§ What the exercise asks: Please repeat exactly the lines below from the one containing "#38=AXIS2_PLACEMENT_3D('',#37,#16,#17);" down to the one containing "#45=EDGE_LOOP('',(#44));", both included, and nothing else.

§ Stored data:
----------
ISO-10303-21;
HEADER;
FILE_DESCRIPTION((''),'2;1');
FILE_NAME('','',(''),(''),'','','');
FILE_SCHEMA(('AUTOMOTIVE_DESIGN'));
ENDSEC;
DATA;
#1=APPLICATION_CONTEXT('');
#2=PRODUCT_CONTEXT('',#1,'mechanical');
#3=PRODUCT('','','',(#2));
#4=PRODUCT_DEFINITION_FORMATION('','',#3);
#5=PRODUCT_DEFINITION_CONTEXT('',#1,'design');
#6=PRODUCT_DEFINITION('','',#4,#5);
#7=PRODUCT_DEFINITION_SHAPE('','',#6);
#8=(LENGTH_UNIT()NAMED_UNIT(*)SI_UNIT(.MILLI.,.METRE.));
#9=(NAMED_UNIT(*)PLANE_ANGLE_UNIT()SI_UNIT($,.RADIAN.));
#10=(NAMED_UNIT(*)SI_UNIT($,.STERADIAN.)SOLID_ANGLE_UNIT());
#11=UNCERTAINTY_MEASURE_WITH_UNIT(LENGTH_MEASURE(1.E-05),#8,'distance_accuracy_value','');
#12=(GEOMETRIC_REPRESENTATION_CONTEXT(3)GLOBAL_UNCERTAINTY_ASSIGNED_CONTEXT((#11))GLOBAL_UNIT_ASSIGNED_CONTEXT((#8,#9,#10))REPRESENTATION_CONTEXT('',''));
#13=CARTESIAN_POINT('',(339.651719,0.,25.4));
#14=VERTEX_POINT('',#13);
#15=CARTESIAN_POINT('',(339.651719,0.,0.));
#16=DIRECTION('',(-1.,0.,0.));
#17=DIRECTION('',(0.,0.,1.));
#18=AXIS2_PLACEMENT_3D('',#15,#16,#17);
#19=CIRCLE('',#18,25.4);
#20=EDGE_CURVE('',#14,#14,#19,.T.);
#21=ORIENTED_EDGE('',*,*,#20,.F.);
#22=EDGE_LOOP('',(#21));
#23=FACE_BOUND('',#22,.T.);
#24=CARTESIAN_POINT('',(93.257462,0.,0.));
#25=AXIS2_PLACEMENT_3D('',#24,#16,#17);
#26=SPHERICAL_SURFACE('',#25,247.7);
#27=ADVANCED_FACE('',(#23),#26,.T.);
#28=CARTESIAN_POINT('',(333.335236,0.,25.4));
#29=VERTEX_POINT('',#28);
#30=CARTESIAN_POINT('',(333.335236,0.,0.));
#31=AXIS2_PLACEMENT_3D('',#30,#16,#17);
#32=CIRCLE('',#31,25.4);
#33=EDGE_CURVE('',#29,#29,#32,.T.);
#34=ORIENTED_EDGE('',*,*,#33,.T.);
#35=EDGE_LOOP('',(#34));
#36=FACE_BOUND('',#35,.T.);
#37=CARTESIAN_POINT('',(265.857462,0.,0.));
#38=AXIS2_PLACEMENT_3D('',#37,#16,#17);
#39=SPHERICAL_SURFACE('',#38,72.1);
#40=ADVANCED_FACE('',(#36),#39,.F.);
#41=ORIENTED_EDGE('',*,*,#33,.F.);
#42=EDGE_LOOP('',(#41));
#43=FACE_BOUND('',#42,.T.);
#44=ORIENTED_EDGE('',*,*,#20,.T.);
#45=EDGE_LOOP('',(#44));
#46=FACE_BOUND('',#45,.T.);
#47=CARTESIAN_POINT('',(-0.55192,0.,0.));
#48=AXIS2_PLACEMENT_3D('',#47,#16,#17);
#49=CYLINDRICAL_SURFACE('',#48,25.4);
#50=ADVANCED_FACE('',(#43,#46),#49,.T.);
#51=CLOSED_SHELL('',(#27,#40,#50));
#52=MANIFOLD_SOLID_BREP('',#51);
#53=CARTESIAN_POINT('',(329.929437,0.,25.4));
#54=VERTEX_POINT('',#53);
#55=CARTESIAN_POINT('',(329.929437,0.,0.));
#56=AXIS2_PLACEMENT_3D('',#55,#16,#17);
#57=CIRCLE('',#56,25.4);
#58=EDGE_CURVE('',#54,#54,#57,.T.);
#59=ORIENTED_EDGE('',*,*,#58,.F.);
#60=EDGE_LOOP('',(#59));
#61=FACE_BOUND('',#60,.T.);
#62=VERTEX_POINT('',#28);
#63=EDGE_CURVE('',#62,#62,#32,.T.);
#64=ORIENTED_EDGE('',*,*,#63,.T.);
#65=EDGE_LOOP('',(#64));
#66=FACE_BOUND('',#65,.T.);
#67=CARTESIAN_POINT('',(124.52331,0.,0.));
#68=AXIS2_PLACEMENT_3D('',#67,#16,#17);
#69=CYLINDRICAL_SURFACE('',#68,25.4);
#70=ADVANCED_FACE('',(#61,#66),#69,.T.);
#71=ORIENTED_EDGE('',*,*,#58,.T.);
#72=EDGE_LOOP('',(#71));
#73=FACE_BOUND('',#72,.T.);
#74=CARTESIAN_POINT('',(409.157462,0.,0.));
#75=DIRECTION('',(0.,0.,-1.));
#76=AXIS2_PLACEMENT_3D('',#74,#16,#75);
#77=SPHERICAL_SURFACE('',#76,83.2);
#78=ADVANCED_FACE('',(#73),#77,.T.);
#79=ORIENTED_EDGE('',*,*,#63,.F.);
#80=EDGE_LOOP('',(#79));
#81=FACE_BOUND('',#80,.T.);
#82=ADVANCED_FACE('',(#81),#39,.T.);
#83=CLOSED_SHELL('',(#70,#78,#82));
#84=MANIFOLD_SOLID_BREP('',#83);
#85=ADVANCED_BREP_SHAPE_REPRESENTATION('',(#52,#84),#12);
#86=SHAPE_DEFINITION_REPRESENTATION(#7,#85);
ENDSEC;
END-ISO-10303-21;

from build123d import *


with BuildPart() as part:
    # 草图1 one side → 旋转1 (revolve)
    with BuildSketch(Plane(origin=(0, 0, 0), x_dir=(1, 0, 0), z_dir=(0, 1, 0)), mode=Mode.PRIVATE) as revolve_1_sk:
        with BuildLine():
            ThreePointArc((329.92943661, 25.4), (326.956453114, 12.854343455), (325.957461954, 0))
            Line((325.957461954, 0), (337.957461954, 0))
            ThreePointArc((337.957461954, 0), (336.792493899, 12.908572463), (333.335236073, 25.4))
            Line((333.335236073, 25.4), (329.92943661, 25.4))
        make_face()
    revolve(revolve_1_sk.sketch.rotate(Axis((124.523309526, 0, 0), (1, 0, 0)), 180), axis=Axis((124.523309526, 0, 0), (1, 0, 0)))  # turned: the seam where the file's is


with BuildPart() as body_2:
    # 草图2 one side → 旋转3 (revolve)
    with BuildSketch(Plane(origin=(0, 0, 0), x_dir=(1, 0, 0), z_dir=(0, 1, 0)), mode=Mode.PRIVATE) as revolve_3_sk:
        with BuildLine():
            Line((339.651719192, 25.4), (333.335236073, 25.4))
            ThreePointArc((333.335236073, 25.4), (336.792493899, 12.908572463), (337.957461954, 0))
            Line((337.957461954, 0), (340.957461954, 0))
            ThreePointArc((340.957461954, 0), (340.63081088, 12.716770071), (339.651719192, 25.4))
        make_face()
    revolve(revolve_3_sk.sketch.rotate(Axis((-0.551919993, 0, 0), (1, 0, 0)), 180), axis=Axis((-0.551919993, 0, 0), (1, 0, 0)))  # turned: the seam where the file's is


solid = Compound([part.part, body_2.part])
----------
§ Answer space:
#38=AXIS2_PLACEMENT_3D('',#37,#16,#17);
#39=SPHERICAL_SURFACE('',#38,72.1);
#40=ADVANCED_FACE('',(#36),#39,.F.);
#41=ORIENTED_EDGE('',*,*,#33,.F.);
#42=EDGE_LOOP('',(#41));
#43=FACE_BOUND('',#42,.T.);
#44=ORIENTED_EDGE('',*,*,#20,.T.);
#45=EDGE_LOOP('',(#44));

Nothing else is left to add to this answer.